A toy that smells of you is a good idea and although you laughed it really does help your new DD get to know your smell, especially if given to the FM for your new DD to sleep with.  

A baby sling that you can carry your DD around in is really good as it brings you both closer/together and doesn't have to be restricted to just your smell, your DH could use it as well to carry his new DD around in.  I wouldn't buy a new one but ask friends if they have one they could loan you, wash it in the washing powder the FM uses and take it from there, we did this as even though our DD was only Small for her age she wasn't in the sling for long!

A tip I was given & I have to admit I laughed at the idea But it really did work..........wear a big baggy jumper, put baby under your jumper so her head is stuck out..........no suffocating!!.........her body will be close to yours and she will feel your heart beat....trust me it really works and our DD quiet often fell asleep on me this way.  I used to wear a really big baggy V neck jumper.

The only other tip I can offer is, is your DD willing to let one of her toys go to her new baby sister, so new baby sister can sleep with this toy, new baby will then get to know the scent of her big sister.  We did this with our DS, he gave DD a teddy & foster mum put that in DD cot along with the pink bunny we had bought for her.  DD could not move for all the toys she had in her cot.......some things never change as DD sleeps with loads of toys on her bed!!

Hope this helps.

Love
Andrea
xx


----------



## ♥ M J ♥ (Apr 17, 2004)

Hi Ever

Oh i can feel your excitement! its lovely!

Our 2 are older then your new DD however we are doing a dvd for our 2 so they can used to our look, voice and also the house.

I know when on prep they talked about putting a teddy/blanket in your bed and sleeping with it for a few weeks to get your smell- maybe you could find out what washing powder the FC used and wash it in that and then  have it in your bed? 

We have wahsed all our little ones stuff in the same stuff as FC uses and also have washed alot of our stuff in it too! (just cos i am liking this new smell!    )

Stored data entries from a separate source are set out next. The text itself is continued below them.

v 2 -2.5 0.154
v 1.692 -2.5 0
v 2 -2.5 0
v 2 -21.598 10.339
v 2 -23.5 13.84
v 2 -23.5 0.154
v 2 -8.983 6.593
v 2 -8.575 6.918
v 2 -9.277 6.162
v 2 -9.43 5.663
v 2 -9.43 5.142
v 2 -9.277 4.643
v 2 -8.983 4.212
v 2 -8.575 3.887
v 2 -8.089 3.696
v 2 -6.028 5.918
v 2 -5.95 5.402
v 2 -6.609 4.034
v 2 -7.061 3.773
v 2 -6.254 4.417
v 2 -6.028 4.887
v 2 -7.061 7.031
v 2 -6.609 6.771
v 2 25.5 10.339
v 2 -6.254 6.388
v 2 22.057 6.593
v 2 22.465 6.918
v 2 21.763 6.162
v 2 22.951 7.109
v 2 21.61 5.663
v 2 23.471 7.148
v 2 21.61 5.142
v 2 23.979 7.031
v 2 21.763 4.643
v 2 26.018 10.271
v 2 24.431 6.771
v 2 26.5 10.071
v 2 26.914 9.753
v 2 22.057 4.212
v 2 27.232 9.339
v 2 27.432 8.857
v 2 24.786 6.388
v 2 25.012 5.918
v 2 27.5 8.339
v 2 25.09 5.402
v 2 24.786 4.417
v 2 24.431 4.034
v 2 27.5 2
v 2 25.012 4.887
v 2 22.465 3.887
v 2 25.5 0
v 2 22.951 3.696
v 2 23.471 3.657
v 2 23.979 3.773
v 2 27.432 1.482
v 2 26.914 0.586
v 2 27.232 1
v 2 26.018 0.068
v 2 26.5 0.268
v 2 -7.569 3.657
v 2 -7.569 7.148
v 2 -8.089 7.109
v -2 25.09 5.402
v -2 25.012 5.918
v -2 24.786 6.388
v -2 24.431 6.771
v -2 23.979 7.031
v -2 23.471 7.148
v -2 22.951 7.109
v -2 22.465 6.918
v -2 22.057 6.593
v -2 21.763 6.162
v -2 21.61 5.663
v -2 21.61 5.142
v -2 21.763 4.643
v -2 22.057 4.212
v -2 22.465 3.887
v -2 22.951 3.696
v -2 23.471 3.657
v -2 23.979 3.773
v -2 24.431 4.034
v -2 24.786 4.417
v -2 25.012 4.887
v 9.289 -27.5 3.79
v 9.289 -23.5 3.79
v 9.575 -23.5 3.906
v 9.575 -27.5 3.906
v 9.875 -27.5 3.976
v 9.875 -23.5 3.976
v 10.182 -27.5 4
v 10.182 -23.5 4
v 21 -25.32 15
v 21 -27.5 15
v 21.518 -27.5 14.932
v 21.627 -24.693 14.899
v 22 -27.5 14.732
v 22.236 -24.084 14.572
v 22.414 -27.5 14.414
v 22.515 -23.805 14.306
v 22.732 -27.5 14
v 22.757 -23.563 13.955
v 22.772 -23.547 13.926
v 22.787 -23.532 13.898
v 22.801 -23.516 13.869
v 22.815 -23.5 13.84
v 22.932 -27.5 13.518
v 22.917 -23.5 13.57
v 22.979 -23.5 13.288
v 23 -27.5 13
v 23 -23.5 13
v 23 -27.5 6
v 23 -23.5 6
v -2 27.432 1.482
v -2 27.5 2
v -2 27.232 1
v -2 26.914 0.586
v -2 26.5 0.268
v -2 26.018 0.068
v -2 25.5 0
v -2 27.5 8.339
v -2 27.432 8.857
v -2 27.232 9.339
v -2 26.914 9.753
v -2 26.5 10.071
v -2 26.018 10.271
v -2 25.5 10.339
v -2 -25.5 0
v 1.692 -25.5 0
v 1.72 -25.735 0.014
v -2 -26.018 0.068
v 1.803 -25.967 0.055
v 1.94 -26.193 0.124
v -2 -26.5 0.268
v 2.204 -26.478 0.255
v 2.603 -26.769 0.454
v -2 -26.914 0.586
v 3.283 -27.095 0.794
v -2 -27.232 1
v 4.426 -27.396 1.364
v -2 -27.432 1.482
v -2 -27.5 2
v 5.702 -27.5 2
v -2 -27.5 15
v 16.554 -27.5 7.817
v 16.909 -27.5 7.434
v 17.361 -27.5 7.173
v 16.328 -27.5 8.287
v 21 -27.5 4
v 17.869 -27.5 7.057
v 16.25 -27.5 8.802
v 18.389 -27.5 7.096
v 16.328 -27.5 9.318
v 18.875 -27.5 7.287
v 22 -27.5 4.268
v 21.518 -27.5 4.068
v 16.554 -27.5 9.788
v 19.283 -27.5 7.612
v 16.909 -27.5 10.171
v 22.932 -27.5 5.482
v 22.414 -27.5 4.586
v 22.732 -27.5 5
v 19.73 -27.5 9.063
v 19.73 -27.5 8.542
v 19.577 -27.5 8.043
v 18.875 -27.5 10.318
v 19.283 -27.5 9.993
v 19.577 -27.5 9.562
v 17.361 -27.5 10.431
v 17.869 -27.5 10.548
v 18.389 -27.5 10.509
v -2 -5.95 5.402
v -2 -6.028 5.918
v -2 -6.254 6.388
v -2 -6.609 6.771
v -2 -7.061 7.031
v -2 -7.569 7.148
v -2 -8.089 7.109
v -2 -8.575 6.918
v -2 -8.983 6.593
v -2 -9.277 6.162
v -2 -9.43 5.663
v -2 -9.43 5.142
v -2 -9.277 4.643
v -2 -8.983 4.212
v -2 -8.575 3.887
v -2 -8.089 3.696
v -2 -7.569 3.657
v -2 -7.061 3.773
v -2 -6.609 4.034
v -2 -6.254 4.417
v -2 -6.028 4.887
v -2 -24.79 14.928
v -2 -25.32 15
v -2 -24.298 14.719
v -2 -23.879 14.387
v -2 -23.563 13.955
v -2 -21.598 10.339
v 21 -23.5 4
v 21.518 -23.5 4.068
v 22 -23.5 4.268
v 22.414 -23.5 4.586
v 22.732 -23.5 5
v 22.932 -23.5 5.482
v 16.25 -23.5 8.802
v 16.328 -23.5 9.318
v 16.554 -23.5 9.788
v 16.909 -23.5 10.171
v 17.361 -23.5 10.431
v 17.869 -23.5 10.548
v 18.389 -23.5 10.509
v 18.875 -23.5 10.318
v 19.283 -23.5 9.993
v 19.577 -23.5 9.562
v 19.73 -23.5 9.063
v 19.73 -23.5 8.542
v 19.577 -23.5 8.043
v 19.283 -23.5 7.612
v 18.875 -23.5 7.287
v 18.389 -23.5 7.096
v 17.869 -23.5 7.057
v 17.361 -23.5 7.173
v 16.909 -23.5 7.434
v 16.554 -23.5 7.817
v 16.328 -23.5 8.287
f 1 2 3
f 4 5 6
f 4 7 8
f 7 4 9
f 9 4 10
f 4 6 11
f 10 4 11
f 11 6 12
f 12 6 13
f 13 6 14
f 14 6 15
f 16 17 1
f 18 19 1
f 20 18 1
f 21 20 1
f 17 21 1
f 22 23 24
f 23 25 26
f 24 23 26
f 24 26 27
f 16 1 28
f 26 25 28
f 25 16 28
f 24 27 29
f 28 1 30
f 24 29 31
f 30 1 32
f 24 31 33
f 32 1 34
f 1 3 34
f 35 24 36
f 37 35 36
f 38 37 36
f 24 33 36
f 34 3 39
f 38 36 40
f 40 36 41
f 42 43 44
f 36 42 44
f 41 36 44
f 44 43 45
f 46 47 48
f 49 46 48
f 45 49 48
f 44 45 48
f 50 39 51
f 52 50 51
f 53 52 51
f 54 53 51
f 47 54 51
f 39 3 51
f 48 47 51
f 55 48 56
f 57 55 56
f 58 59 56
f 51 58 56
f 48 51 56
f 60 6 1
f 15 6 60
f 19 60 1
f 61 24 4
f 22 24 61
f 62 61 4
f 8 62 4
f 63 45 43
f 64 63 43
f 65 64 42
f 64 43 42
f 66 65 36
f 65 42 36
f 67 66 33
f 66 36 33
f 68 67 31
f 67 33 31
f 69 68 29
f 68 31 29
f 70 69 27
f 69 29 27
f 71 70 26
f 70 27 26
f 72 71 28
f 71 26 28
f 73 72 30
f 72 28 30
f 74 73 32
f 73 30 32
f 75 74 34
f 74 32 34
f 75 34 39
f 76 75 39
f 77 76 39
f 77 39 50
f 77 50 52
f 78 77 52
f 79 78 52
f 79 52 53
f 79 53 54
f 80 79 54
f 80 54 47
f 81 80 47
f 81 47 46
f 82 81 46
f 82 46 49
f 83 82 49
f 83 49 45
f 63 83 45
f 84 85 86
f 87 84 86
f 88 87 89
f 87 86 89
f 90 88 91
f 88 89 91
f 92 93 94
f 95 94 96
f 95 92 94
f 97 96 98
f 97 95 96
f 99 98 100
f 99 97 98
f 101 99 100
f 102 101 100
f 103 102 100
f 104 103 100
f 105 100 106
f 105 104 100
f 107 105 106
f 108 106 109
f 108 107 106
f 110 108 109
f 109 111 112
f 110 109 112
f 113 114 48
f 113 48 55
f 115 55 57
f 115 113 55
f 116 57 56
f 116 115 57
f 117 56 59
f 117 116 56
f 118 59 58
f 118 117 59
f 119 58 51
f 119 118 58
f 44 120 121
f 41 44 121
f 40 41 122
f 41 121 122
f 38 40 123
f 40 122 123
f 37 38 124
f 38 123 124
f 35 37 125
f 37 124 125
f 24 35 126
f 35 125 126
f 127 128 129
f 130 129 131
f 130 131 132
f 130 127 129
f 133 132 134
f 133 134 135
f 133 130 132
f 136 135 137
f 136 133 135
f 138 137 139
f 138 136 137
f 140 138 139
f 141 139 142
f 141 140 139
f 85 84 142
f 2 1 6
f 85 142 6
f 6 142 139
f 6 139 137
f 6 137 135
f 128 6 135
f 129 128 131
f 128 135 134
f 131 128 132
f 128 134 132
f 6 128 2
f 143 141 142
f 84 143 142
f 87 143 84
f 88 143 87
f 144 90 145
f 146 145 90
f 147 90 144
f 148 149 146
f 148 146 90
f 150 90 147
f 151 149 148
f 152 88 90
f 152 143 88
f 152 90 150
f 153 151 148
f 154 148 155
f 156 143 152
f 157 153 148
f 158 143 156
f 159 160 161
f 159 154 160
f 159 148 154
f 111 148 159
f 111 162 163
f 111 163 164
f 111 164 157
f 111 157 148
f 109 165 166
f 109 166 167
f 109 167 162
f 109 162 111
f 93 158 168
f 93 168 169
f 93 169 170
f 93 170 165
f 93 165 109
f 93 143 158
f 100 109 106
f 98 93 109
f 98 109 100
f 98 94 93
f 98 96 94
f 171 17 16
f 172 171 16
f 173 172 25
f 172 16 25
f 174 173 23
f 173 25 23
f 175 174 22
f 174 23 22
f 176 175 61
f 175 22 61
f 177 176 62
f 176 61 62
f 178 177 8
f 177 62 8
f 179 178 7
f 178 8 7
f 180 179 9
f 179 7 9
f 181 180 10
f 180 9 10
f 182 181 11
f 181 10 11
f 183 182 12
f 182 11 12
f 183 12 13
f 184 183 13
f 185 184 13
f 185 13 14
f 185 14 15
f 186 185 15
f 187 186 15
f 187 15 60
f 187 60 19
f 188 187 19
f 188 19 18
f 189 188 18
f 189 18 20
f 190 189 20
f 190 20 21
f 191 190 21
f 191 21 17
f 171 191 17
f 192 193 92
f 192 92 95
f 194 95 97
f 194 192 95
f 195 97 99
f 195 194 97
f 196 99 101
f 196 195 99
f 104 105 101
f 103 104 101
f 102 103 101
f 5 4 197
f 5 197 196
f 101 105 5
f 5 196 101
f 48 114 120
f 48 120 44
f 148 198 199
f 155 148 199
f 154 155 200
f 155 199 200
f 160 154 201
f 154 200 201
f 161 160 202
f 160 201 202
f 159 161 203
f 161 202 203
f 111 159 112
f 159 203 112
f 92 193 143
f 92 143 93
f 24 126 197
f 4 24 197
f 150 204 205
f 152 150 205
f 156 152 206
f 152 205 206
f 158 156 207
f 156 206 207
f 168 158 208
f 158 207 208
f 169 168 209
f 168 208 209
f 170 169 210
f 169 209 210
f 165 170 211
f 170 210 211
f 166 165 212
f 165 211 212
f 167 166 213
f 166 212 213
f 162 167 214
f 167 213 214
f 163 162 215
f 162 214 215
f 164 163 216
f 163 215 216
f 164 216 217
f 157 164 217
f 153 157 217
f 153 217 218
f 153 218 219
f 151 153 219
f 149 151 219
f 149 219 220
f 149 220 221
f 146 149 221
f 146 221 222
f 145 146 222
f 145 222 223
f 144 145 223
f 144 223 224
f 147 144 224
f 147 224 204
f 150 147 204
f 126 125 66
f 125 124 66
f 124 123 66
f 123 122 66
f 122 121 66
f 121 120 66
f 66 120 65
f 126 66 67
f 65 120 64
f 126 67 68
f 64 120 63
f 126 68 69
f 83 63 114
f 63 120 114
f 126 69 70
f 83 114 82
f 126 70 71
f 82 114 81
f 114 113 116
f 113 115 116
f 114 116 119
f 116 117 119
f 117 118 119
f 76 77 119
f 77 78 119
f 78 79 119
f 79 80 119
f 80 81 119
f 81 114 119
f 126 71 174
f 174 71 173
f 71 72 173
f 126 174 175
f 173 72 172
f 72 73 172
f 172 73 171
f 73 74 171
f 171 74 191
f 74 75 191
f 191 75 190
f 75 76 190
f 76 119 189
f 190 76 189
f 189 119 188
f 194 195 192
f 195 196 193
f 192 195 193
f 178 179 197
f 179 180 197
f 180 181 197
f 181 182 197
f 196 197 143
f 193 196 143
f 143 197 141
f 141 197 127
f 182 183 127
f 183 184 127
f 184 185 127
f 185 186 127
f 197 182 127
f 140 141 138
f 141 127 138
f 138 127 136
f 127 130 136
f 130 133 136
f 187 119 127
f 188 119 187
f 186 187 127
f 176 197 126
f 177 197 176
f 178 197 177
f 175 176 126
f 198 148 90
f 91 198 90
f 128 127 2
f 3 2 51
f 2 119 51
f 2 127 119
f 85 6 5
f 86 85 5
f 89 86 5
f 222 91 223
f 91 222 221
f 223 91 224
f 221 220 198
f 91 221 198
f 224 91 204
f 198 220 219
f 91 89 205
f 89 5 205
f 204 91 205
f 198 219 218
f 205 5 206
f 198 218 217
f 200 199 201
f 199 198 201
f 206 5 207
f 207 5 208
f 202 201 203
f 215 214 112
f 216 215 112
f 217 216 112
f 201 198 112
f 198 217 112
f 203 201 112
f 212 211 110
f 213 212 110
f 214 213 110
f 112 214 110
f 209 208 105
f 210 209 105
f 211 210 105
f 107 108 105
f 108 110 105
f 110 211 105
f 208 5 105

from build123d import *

# Parameters (mm, degrees)
F0_W         = 4
F0_H         = 51
F0_H_2       = 4
F0_W_2       = 21
F1_DEPTH     = 15
F4_D         = 3.5
F4_ON_F3_D   = 3.5
F5_DEPTH     = 25
F6_DEPTH     = 25
F7_T1_DEPTH  = 4
F7_T3_DEPTH  = 14
F7_T5_DEPTH  = 13.3694414049
F7_T7_DEPTH  = 14
F7_T9_DEPTH  = 30.9469097591
F7_T11_DEPTH = 13.6920837807


# Not quite as in the source:
# - a fillet or chamfer that OpenCascade refuses, or shapes differently, is made with other operations: its cross-section is extruded or revolved along the edge and cut away or added


with BuildPart() as f1:
    # F0 (on Top) → F1 (new body)
    with BuildSketch(Plane.XY):
        with Locations((0, 2)):
            Rectangle(F0_W, F0_H)
        with Locations((0, -25.5)):
            Rectangle(F0_W, F0_H_2)
        with Locations((12.5, -25.5)):
            Rectangle(F0_W_2, F0_H_2)
    extrude(amount=F1_DEPTH)

    # F4 (through all)
    with Locations(Plane(origin=(-2, 0, 0), x_dir=(0, -1, 0), z_dir=(-1, 0, 0))):
        with Locations((-23.34, 5.4024579003), (7.7, 5.4024579003)):
            Hole(F4_D / 2)

    # F4 on F3 (through all)
    with Locations(Plane.XZ.offset(27.5)):
        with Locations((18, 8.8024579003)):
            Hole(F4_ON_F3_D / 2)

    # F2 (on face) → F5 (cut)
    with BuildSketch(Plane(origin=(-2, 0, 0), x_dir=(0, -1, 0), z_dir=(-1, 0, 0))):
        Polygon((-27.5, 15), (-27.5, 10.3389231786), (21.5976021229, 10.3389231786), (24.1305585951, 15), align=None)
    extrude(amount=-F5_DEPTH, mode=Mode.SUBTRACT)

    # F3 (on face) → F6 (cut)
    with BuildSketch(Plane.XZ.offset(27.5)):
        Polygon((23, 0), (23, 4), (9.7110802308, 4), (1.6920837807, 0), align=None)
    extrude(amount=-F6_DEPTH, mode=Mode.SUBTRACT)

    # F7: fillet of radius 2 on 7 edges, made by hand

    # F7_s2 → F7_t1 (join)
    with BuildSketch(Plane.XZ.offset(23.5)):
        with BuildLine():
            ThreePointArc((9.2894845277, 3.7897015141), (9.7236323162, 3.9467155709), (10.1822154449, 4))
            Line((10.1822154449, 4), (9.7110802308, 4))
            Line((9.7110802308, 4), (9.2894845277, 3.7897015141))
        make_face()
    extrude(amount=F7_T1_DEPTH)

    # F7_s4 → F7_t3 (cut)
    with BuildSketch(Plane.YZ.offset(-7)):
        with BuildLine():
            ThreePointArc((27.5, 8.3389231786), (26.9142135624, 9.753136741), (25.5, 10.3389231786))
            Line((25.5, 10.3389231786), (27.5, 10.3389231786))
            Line((27.5, 10.3389231786), (27.5, 8.3389231786))
        make_face()
        with BuildLine():
            ThreePointArc((27.5, 2), (26.9142135624, 0.5857864376), (25.5, 0))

Maybe you could do some pics and laminate them for newbie DD?

Hope this helps

xxxx


----------



## everhopeful (Feb 19, 2004)

Hiya,
Thanks girls. I did ask FC about the washing powder, but she said she doesn't always use the same one, she grabs whatever's on offer (same as me then!!).
She did mention one brand that she likes, so I think I might get some of that and like you suggest, keep the teddy with me for a few weeks upto the meet.

Do you reckon I should pass over, whatever I've contaminated   the week before intro's maybe? So she knows our smell before she meets us??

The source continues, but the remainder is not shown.